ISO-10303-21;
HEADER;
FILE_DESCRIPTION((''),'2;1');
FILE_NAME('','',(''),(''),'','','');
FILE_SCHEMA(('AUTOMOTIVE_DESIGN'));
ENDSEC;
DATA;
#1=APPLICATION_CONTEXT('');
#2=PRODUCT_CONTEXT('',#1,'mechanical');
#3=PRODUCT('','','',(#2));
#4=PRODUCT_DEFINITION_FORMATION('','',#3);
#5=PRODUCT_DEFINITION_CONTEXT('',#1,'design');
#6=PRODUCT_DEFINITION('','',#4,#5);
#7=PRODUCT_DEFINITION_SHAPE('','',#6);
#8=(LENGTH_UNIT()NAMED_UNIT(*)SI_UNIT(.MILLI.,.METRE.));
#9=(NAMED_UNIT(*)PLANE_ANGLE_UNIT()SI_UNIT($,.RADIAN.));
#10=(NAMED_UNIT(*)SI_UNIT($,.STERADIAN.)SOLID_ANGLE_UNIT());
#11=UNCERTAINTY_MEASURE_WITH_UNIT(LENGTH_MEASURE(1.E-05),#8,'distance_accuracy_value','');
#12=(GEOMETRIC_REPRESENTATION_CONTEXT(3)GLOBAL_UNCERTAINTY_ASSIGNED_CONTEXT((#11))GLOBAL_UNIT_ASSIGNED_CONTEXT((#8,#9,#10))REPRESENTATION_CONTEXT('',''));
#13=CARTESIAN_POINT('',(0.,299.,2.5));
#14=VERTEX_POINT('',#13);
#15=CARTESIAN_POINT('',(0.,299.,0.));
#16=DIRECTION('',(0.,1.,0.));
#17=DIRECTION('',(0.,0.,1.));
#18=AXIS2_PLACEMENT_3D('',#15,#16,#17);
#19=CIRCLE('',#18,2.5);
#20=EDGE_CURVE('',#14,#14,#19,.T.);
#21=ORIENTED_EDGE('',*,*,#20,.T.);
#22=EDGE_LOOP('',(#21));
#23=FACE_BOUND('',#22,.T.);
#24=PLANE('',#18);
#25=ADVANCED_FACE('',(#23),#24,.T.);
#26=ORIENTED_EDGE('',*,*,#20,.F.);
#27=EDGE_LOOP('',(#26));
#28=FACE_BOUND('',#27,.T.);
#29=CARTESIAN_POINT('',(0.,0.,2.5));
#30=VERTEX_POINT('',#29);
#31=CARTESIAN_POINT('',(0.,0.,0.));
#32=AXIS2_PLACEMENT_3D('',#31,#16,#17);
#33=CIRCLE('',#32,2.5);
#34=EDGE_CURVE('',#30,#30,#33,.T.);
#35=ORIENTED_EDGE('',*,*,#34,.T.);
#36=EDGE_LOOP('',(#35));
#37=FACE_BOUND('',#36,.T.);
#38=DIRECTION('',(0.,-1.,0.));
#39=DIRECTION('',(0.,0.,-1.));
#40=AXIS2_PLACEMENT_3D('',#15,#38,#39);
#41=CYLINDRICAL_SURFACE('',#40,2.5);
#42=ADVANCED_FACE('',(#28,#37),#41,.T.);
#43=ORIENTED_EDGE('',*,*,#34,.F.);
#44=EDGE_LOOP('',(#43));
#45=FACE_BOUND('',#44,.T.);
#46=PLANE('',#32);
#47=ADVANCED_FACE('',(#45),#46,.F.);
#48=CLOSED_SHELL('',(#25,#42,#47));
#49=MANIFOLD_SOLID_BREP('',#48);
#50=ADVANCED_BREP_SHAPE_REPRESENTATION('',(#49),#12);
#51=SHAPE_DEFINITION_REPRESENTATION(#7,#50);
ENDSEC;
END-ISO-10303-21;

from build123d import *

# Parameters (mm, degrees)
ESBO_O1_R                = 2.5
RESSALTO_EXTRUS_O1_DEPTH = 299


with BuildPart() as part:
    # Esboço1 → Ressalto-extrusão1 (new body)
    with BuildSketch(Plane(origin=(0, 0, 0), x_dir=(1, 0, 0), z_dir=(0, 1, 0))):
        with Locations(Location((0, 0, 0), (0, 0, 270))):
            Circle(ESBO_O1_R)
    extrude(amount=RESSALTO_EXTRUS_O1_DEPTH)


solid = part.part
════
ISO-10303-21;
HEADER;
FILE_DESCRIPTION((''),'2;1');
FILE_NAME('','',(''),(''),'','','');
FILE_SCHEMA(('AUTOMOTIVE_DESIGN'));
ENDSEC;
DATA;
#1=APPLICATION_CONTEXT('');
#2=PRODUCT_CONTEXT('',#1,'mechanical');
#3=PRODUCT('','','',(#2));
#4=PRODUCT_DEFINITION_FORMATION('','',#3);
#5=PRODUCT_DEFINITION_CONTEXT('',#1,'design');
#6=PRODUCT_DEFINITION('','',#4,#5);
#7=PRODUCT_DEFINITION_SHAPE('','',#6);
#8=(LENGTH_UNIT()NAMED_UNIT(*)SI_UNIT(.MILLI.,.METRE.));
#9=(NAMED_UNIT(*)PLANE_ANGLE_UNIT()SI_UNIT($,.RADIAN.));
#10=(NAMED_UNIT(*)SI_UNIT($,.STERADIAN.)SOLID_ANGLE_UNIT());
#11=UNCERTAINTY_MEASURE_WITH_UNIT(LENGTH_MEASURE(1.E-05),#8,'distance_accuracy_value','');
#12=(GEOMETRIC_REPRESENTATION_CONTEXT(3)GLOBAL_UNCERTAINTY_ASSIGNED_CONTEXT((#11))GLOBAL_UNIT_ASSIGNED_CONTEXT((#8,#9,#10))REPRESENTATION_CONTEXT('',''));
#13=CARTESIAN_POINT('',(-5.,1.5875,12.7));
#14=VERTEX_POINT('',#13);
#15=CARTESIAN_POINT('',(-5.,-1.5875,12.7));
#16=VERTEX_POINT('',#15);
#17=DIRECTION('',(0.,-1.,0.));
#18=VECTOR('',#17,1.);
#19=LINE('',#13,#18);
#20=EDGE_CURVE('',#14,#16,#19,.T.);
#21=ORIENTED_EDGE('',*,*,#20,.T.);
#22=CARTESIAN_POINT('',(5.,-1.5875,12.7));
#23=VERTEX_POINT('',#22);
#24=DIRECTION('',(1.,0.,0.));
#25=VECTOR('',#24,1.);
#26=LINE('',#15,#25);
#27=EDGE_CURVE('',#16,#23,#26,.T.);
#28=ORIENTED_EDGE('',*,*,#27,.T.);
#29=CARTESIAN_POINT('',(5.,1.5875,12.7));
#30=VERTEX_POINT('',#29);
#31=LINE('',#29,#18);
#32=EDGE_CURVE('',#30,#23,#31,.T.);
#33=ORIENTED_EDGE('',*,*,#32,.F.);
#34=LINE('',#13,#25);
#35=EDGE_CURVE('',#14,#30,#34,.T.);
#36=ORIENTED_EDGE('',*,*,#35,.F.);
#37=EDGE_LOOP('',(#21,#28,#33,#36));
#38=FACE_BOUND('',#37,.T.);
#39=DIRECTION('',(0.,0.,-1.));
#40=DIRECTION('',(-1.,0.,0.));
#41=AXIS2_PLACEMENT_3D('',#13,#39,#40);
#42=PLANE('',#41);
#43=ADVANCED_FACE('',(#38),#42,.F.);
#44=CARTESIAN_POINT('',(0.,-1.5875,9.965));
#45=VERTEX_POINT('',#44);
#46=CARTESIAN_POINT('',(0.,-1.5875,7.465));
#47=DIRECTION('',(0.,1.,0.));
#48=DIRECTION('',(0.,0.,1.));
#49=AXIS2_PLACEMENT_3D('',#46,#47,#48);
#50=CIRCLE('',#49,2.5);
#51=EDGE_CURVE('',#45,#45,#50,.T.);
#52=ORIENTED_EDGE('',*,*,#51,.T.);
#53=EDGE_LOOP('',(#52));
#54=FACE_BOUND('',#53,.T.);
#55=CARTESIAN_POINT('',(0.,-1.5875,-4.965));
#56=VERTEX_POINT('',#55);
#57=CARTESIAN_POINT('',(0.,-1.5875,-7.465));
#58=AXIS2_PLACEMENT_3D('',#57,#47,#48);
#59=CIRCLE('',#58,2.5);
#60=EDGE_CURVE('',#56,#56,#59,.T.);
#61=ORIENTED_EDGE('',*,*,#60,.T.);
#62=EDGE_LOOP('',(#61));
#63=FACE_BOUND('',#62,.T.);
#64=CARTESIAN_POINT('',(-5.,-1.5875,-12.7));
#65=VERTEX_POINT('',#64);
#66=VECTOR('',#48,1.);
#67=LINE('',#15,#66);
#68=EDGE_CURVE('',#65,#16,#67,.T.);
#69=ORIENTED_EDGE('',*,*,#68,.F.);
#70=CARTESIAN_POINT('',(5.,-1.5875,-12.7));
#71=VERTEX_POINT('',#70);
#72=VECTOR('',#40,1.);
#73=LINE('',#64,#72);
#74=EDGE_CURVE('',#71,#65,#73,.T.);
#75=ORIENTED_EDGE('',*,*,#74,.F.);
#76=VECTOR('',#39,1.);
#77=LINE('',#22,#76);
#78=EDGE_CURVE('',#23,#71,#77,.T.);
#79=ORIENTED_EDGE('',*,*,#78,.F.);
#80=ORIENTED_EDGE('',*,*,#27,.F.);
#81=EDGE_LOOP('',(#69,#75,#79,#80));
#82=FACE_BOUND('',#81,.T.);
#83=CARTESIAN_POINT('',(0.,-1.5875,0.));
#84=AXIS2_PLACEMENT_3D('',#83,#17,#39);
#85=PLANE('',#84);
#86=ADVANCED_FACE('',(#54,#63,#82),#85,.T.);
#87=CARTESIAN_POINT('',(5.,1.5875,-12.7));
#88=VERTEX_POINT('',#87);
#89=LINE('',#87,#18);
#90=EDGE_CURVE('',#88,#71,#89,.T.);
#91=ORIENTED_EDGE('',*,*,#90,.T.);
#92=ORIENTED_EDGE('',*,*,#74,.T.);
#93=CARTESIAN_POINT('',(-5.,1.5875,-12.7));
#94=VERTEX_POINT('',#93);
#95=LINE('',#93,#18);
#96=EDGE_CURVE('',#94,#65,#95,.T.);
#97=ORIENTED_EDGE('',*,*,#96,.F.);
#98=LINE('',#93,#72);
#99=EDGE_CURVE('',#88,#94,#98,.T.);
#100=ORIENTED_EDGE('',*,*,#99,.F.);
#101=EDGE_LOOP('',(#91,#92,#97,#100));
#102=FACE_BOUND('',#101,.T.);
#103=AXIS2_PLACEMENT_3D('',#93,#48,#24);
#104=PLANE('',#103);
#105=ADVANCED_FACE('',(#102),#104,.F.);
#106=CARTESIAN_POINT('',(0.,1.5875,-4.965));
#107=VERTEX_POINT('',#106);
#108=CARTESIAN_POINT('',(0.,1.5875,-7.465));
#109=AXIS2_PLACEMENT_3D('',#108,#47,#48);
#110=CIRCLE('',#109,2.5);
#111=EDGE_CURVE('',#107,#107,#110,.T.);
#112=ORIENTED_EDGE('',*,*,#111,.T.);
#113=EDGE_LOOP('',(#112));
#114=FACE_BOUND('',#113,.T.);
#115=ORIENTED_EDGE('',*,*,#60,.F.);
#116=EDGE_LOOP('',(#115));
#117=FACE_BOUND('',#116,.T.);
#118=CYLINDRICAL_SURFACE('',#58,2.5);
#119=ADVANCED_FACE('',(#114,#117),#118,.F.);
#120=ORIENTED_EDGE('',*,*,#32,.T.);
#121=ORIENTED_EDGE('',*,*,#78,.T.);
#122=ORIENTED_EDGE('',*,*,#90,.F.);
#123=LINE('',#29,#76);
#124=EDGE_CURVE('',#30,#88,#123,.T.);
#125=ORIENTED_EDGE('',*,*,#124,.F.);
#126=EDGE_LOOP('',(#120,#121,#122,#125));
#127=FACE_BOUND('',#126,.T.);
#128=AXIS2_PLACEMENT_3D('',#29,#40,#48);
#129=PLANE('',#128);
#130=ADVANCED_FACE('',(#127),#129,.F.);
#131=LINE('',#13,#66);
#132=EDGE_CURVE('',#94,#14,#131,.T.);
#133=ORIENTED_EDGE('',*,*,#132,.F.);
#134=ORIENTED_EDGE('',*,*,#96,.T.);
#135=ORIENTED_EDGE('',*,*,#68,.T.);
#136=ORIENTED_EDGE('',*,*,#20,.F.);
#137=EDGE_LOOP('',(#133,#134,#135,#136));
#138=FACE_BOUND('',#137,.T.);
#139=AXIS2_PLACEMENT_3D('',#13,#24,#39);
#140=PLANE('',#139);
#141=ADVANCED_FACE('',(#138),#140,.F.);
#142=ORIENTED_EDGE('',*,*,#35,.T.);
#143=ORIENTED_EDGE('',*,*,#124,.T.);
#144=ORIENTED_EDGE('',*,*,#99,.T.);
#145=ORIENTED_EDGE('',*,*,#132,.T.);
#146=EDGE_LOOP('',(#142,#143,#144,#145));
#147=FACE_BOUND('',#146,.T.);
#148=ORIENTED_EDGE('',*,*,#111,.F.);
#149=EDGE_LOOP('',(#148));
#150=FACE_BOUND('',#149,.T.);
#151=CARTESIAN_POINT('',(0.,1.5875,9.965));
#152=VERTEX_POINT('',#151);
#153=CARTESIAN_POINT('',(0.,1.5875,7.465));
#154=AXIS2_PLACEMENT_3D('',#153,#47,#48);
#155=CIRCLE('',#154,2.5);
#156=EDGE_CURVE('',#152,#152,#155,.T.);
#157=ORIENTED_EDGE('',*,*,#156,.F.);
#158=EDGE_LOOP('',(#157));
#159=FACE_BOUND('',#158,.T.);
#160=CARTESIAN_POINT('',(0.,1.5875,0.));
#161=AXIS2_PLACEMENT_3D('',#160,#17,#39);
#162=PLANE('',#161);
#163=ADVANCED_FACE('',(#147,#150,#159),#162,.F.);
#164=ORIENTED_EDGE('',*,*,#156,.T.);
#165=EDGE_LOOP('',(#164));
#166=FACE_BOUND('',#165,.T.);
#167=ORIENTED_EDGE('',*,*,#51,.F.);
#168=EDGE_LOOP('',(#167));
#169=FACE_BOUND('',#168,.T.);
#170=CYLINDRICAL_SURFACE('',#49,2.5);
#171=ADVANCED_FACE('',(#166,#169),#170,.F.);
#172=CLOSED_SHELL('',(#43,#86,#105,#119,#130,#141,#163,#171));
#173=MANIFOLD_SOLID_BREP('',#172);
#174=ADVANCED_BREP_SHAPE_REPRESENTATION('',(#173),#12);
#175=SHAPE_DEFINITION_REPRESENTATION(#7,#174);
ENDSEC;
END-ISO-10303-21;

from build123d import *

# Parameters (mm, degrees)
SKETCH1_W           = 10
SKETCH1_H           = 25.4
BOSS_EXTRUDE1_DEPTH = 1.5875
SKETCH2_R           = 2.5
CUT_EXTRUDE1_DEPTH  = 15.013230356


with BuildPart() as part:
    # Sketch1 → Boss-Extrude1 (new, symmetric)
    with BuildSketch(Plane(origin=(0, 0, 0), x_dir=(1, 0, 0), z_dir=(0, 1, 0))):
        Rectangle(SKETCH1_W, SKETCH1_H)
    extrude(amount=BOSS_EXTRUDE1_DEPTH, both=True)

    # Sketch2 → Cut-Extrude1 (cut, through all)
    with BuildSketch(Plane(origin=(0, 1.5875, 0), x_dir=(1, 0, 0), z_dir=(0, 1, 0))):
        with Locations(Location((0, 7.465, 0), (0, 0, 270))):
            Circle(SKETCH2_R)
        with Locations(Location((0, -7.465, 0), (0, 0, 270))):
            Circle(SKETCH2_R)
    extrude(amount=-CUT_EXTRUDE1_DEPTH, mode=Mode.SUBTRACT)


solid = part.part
════
About this task: Taking the listing above as the source, transcribe only the lines starting at the line with "#80=ORIENTED_EDGE('',*,*,#27,.F.);" and going through the line with "#116=EDGE_LOOP('',(#115));", unaltered and with both ends included.

Exercise answer:
#80=ORIENTED_EDGE('',*,*,#27,.F.);
#81=EDGE_LOOP('',(#69,#75,#79,#80));
#82=FACE_BOUND('',#81,.T.);
#83=CARTESIAN_POINT('',(0.,-1.5875,0.));
#84=AXIS2_PLACEMENT_3D('',#83,#17,#39);
#85=PLANE('',#84);
#86=ADVANCED_FACE('',(#54,#63,#82),#85,.T.);
#87=CARTESIAN_POINT('',(5.,1.5875,-12.7));
#88=VERTEX_POINT('',#87);
#89=LINE('',#87,#18);
#90=EDGE_CURVE('',#88,#71,#89,.T.);
#91=ORIENTED_EDGE('',*,*,#90,.T.);
#92=ORIENTED_EDGE('',*,*,#74,.T.);
#93=CARTESIAN_POINT('',(-5.,1.5875,-12.7));
#94=VERTEX_POINT('',#93);
#95=LINE('',#93,#18);
#96=EDGE_CURVE('',#94,#65,#95,.T.);
#97=ORIENTED_EDGE('',*,*,#96,.F.);
#98=LINE('',#93,#72);
#99=EDGE_CURVE('',#88,#94,#98,.T.);
#100=ORIENTED_EDGE('',*,*,#99,.F.);
#101=EDGE_LOOP('',(#91,#92,#97,#100));
#102=FACE_BOUND('',#101,.T.);
#103=AXIS2_PLACEMENT_3D('',#93,#48,#24);
#104=PLANE('',#103);
#105=ADVANCED_FACE('',(#102),#104,.F.);
#106=CARTESIAN_POINT('',(0.,1.5875,-4.965));
#107=VERTEX_POINT('',#106);
#108=CARTESIAN_POINT('',(0.,1.5875,-7.465));
#109=AXIS2_PLACEMENT_3D('',#108,#47,#48);
#110=CIRCLE('',#109,2.5);
#111=EDGE_CURVE('',#107,#107,#110,.T.);
#112=ORIENTED_EDGE('',*,*,#111,.T.);
#113=EDGE_LOOP('',(#112));
#114=FACE_BOUND('',#113,.T.);
#115=ORIENTED_EDGE('',*,*,#60,.F.);
#116=EDGE_LOOP('',(#115));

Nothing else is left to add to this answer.